What the task asks: Reproduce the opening lines of the records exactly, please, stopping after the line that contains "e31 v7 v26 LINE".

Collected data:
================================

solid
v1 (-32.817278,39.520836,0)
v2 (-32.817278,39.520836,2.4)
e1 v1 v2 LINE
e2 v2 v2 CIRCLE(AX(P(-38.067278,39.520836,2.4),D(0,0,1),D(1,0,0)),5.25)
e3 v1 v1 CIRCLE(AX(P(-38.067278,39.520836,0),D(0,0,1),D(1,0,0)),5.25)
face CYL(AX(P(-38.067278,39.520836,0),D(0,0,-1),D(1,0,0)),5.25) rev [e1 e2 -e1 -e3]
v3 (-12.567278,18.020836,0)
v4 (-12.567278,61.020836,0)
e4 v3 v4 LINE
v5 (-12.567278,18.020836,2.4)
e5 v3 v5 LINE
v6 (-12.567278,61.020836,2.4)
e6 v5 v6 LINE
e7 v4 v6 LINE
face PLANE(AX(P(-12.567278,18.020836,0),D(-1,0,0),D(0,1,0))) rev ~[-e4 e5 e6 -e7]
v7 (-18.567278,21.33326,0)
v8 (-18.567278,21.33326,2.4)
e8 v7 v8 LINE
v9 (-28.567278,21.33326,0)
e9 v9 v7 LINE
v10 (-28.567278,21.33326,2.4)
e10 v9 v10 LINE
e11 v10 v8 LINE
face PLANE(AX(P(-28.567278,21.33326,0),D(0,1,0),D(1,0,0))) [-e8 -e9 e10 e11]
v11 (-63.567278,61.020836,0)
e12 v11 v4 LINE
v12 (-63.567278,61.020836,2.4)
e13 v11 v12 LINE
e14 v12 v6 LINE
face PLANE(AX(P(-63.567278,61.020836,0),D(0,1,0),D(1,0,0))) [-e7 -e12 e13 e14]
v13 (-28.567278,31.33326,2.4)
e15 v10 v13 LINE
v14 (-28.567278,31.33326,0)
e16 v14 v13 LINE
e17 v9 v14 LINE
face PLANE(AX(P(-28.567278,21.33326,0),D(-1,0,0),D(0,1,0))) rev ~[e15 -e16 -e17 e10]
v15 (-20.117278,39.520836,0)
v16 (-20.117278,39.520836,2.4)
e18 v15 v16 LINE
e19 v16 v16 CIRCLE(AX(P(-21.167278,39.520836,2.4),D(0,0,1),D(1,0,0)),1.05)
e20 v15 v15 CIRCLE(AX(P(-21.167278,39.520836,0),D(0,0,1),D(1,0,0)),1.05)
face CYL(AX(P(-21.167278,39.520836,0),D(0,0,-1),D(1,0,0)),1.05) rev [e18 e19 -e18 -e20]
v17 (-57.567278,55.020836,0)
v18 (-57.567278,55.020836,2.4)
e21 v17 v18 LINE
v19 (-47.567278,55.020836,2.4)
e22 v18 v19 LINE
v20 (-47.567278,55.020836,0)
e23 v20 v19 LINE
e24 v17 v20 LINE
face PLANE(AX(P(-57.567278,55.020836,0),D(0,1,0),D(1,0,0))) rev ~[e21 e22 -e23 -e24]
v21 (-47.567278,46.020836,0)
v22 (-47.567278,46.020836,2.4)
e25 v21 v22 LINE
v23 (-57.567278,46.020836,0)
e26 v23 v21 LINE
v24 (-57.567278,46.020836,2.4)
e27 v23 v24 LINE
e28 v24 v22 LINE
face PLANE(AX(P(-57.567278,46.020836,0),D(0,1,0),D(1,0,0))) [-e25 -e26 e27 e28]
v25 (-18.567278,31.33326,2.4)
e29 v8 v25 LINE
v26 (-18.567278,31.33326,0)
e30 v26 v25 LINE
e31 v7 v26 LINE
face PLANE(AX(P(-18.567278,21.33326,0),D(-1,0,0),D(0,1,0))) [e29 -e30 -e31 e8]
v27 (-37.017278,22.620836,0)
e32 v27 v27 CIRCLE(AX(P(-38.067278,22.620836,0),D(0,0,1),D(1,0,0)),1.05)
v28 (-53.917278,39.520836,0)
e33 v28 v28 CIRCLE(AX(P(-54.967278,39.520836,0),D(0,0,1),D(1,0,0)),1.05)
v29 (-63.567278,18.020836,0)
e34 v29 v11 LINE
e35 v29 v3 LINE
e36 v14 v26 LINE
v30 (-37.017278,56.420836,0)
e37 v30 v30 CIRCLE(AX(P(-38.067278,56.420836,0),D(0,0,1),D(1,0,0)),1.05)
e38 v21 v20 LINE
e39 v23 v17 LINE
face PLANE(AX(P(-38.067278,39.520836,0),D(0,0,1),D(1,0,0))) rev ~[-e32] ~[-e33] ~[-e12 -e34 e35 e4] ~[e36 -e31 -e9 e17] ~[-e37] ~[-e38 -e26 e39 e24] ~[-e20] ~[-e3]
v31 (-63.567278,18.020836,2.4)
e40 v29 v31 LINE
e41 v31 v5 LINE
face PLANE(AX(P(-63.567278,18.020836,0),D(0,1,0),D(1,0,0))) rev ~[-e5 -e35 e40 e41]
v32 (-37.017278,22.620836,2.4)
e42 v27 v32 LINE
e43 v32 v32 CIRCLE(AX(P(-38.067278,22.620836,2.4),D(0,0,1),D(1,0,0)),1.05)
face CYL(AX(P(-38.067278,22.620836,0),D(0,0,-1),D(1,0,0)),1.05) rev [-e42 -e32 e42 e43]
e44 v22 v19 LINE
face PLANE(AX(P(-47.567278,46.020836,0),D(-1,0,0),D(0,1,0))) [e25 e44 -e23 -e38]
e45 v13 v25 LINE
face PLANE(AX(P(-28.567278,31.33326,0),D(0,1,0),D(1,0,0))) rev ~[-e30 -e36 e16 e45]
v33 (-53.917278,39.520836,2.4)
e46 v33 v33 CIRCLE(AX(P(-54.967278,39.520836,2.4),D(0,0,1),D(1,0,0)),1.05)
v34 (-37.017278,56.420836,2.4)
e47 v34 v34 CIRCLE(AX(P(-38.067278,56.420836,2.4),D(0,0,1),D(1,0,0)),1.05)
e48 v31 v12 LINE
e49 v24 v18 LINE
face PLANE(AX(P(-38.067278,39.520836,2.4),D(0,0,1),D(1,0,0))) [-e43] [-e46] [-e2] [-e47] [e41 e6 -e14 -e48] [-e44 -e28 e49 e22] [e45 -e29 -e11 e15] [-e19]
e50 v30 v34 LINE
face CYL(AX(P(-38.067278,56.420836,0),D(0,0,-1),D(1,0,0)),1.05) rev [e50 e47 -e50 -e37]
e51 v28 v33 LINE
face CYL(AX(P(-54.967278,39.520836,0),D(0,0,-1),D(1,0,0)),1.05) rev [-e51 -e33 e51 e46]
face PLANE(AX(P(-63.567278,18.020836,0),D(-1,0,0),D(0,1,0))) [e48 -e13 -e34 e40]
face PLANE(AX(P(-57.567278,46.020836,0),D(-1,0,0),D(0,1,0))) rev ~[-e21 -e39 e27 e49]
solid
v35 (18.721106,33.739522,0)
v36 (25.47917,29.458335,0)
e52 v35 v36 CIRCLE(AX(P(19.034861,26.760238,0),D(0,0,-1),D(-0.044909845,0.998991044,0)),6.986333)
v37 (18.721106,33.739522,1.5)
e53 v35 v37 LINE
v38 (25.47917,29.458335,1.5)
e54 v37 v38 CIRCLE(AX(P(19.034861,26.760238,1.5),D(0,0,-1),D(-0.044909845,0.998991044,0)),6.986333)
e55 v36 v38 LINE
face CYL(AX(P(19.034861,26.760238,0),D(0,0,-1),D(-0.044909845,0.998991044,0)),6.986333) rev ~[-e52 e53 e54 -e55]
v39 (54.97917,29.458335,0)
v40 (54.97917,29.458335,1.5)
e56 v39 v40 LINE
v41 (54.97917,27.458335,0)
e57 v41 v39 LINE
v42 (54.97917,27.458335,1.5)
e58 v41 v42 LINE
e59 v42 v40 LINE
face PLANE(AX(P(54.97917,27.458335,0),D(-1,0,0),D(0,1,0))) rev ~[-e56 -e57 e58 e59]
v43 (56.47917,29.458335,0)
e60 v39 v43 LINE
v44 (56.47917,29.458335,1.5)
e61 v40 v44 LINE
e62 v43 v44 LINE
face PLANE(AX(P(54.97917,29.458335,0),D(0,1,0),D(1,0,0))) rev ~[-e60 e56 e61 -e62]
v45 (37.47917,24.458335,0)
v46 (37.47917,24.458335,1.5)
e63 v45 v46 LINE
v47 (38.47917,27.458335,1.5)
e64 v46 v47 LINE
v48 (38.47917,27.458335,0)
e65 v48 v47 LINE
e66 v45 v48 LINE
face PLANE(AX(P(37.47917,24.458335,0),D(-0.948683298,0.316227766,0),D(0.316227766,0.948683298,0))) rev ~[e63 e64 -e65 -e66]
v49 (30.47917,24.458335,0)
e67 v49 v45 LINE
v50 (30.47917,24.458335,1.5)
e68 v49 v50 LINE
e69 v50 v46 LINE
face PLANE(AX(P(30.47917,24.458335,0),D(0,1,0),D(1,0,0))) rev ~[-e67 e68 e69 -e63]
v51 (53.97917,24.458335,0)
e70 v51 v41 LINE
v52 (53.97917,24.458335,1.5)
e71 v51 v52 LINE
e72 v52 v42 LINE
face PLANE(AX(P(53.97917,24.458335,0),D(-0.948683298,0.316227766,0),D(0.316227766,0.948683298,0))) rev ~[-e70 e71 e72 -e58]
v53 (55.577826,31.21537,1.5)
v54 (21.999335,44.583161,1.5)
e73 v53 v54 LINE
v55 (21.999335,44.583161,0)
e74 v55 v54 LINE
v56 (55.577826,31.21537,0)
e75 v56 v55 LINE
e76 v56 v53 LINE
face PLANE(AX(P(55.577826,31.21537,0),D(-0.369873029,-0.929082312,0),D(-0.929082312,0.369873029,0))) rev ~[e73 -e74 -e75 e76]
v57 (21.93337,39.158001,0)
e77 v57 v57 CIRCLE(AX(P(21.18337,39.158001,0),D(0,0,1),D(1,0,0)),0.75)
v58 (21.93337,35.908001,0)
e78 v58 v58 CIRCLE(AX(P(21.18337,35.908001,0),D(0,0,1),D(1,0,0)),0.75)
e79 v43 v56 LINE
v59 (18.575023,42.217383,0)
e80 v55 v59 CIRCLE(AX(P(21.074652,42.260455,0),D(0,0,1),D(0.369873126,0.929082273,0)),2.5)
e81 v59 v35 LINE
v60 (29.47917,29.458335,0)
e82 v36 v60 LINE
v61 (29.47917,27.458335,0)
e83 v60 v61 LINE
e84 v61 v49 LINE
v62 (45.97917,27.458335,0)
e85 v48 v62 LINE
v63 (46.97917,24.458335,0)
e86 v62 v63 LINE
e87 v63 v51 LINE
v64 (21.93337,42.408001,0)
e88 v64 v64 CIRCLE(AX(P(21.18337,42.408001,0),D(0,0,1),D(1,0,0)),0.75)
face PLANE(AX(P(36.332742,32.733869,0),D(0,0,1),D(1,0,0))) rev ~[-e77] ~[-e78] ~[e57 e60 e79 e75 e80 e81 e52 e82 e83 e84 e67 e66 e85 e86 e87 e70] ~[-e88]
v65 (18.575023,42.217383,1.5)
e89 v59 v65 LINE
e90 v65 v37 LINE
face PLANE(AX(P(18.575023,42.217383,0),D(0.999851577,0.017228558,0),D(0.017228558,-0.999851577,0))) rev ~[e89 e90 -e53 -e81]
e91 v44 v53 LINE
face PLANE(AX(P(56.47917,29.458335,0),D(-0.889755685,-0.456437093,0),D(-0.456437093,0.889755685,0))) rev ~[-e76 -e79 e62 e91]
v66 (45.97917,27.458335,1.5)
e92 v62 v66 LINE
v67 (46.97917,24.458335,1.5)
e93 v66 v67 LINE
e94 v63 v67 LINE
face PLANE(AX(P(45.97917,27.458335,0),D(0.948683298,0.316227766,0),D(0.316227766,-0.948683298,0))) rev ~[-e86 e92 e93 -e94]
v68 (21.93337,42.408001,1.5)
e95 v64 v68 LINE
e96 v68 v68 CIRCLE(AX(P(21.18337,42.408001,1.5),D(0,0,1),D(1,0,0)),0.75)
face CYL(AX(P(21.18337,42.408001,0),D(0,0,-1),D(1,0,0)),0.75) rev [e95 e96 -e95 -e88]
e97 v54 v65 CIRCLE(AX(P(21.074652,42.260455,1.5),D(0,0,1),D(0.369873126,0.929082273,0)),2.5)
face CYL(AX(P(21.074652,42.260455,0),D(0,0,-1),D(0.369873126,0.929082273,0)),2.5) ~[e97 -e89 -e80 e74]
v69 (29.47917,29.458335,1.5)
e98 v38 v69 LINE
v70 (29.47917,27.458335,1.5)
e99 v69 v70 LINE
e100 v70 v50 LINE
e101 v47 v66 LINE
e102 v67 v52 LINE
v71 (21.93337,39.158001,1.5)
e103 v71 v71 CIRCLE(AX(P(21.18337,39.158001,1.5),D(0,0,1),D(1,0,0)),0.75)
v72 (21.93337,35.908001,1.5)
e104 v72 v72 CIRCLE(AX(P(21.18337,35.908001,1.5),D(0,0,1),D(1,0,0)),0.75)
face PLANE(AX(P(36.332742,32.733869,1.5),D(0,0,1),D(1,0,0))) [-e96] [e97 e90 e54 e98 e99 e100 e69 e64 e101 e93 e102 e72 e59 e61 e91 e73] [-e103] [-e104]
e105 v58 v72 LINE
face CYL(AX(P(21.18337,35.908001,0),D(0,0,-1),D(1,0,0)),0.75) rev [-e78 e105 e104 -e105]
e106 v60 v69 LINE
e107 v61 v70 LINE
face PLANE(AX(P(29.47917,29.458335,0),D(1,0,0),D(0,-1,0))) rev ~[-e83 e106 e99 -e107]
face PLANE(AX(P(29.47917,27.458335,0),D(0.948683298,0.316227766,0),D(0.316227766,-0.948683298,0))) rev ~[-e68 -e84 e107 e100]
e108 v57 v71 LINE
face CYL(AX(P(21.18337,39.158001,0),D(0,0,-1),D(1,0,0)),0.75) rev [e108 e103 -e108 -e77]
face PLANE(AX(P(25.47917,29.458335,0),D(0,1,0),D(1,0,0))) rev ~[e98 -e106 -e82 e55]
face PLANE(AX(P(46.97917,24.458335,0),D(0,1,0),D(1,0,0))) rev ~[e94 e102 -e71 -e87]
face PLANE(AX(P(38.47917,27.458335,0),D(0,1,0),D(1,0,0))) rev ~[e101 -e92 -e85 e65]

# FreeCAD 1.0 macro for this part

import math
import FreeCAD as App
import Part
import Sketcher
from FreeCAD import Vector
Q = App.Units.Quantity


def add_polygon(sketch, points):
    """Adds a closed chain of lines whose ends are joined by coincident constraints."""
    first, n = sketch.GeometryCount, len(points)
    for a, b in zip(points, points[1:] + points[:1]):
        sketch.addGeometry(Part.LineSegment(App.Vector(*a, 0), App.Vector(*b, 0)), False)
    for i in range(n):
        sketch.addConstraint(Sketcher.Constraint("Coincident", first + i, 2, first + (i + 1) % n, 1))

doc = App.newDocument("Part")
body = doc.addObject("PartDesign::Body", "Body")

# Sketch on XY plane
sketch1 = doc.addObject("Sketcher::SketchObject", "Sketch")
body.addObject(sketch1)
sketch1.AttachmentSupport = (doc.XY_Plane, [""])
sketch1.MapMode = "FlatFace"
sketch1.addGeometry([
    Part.LineSegment(Vector(56.5, 29.5, 0), Vector(55.6, 31.2, 0)),  # 0
    Part.LineSegment(Vector(55.6, 31.2, 0), Vector(22, 44.6, 0)),  # 1
    Part.ArcOfCircle(Part.Circle(Vector(21.1, 42.3, 0), Vector(0, 0, 1), 2.5), math.radians(68), math.radians(181)),  # 2
    Part.LineSegment(Vector(18.6, 42.2, 0), Vector(18.7, 33.7, 0)),  # 3
    Part.ArcOfCircle(Part.Circle(Vector(19, 26.8, 0), Vector(0, 0, 1), 7), math.radians(23), math.radians(93)),  # 4
    Part.LineSegment(Vector(25.5, 29.5, 0), Vector(29.5, 29.5, 0)),  # 5
    Part.LineSegment(Vector(29.5, 29.5, 0), Vector(29.5, 27.5, 0)),  # 6
    Part.LineSegment(Vector(29.5, 27.5, 0), Vector(30.5, 24.5, 0)),  # 7
    Part.LineSegment(Vector(30.5, 24.5, 0), Vector(37.5, 24.5, 0)),  # 8
    Part.LineSegment(Vector(37.5, 24.5, 0), Vector(38.5, 27.5, 0)),  # 9
    Part.LineSegment(Vector(38.5, 27.5, 0), Vector(46, 27.5, 0)),  # 10
    Part.LineSegment(Vector(46, 27.5, 0), Vector(47, 24.5, 0)),  # 11
    Part.LineSegment(Vector(47, 24.5, 0), Vector(54, 24.5, 0)),  # 12
    Part.LineSegment(Vector(54, 24.5, 0), Vector(55, 27.5, 0)),  # 13
    Part.LineSegment(Vector(55, 27.5, 0), Vector(55, 29.5, 0)),  # 14
    Part.LineSegment(Vector(55, 29.5, 0), Vector(56.5, 29.5, 0)),  # 15
    Part.Circle(Vector(21.2, 35.9, 0), Vector(0, 0, 1), 0.8),  # 16
    Part.Circle(Vector(21.2, 39.2, 0), Vector(0, 0, 1), 0.8),  # 17
    Part.Circle(Vector(21.2, 42.4, 0), Vector(0, 0, 1), 0.8),  # 18
], False)
sketch1.addConstraint([
    Sketcher.Constraint("Coincident", 0, 2, 1, 1),
    Sketcher.Constraint("Tangent", 1, 2, 2, 1),
    Sketcher.Constraint("Tangent", 2, 2, 3, 1),
    Sketcher.Constraint("Coincident", 3, 2, 4, 2),
    Sketcher.Constraint("Coincident", 4, 1, 5, 1),
    Sketcher.Constraint("Coincident", 5, 2, 6, 1),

================================

Exercise output:
solid
v1 (-32.817278,39.520836,0)
v2 (-32.817278,39.520836,2.4)
e1 v1 v2 LINE
e2 v2 v2 CIRCLE(AX(P(-38.067278,39.520836,2.4),D(0,0,1),D(1,0,0)),5.25)
e3 v1 v1 CIRCLE(AX(P(-38.067278,39.520836,0),D(0,0,1),D(1,0,0)),5.25)
face CYL(AX(P(-38.067278,39.520836,0),D(0,0,-1),D(1,0,0)),5.25) rev [e1 e2 -e1 -e3]
v3 (-12.567278,18.020836,0)
v4 (-12.567278,61.020836,0)
e4 v3 v4 LINE
v5 (-12.567278,18.020836,2.4)
e5 v3 v5 LINE
v6 (-12.567278,61.020836,2.4)
e6 v5 v6 LINE
e7 v4 v6 LINE
face PLANE(AX(P(-12.567278,18.020836,0),D(-1,0,0),D(0,1,0))) rev ~[-e4 e5 e6 -e7]
v7 (-18.567278,21.33326,0)
v8 (-18.567278,21.33326,2.4)
e8 v7 v8 LINE
v9 (-28.567278,21.33326,0)
e9 v9 v7 LINE
v10 (-28.567278,21.33326,2.4)
e10 v9 v10 LINE
e11 v10 v8 LINE
face PLANE(AX(P(-28.567278,21.33326,0),D(0,1,0),D(1,0,0))) [-e8 -e9 e10 e11]
v11 (-63.567278,61.020836,0)
e12 v11 v4 LINE
v12 (-63.567278,61.020836,2.4)
e13 v11 v12 LINE
e14 v12 v6 LINE
face PLANE(AX(P(-63.567278,61.020836,0),D(0,1,0),D(1,0,0))) [-e7 -e12 e13 e14]
v13 (-28.567278,31.33326,2.4)
e15 v10 v13 LINE
v14 (-28.567278,31.33326,0)
e16 v14 v13 LINE
e17 v9 v14 LINE
face PLANE(AX(P(-28.567278,21.33326,0),D(-1,0,0),D(0,1,0))) rev ~[e15 -e16 -e17 e10]
v15 (-20.117278,39.520836,0)
v16 (-20.117278,39.520836,2.4)
e18 v15 v16 LINE
e19 v16 v16 CIRCLE(AX(P(-21.167278,39.520836,2.4),D(0,0,1),D(1,0,0)),1.05)
e20 v15 v15 CIRCLE(AX(P(-21.167278,39.520836,0),D(0,0,1),D(1,0,0)),1.05)
face CYL(AX(P(-21.167278,39.520836,0),D(0,0,-1),D(1,0,0)),1.05) rev [e18 e19 -e18 -e20]
v17 (-57.567278,55.020836,0)
v18 (-57.567278,55.020836,2.4)
e21 v17 v18 LINE
v19 (-47.567278,55.020836,2.4)
e22 v18 v19 LINE
v20 (-47.567278,55.020836,0)
e23 v20 v19 LINE
e24 v17 v20 LINE
face PLANE(AX(P(-57.567278,55.020836,0),D(0,1,0),D(1,0,0))) rev ~[e21 e22 -e23 -e24]
v21 (-47.567278,46.020836,0)
v22 (-47.567278,46.020836,2.4)
e25 v21 v22 LINE
v23 (-57.567278,46.020836,0)
e26 v23 v21 LINE
v24 (-57.567278,46.020836,2.4)
e27 v23 v24 LINE
e28 v24 v22 LINE
face PLANE(AX(P(-57.567278,46.020836,0),D(0,1,0),D(1,0,0))) [-e25 -e26 e27 e28]
v25 (-18.567278,31.33326,2.4)
e29 v8 v25 LINE
v26 (-18.567278,31.33326,0)
e30 v26 v25 LINE
e31 v7 v26 LINE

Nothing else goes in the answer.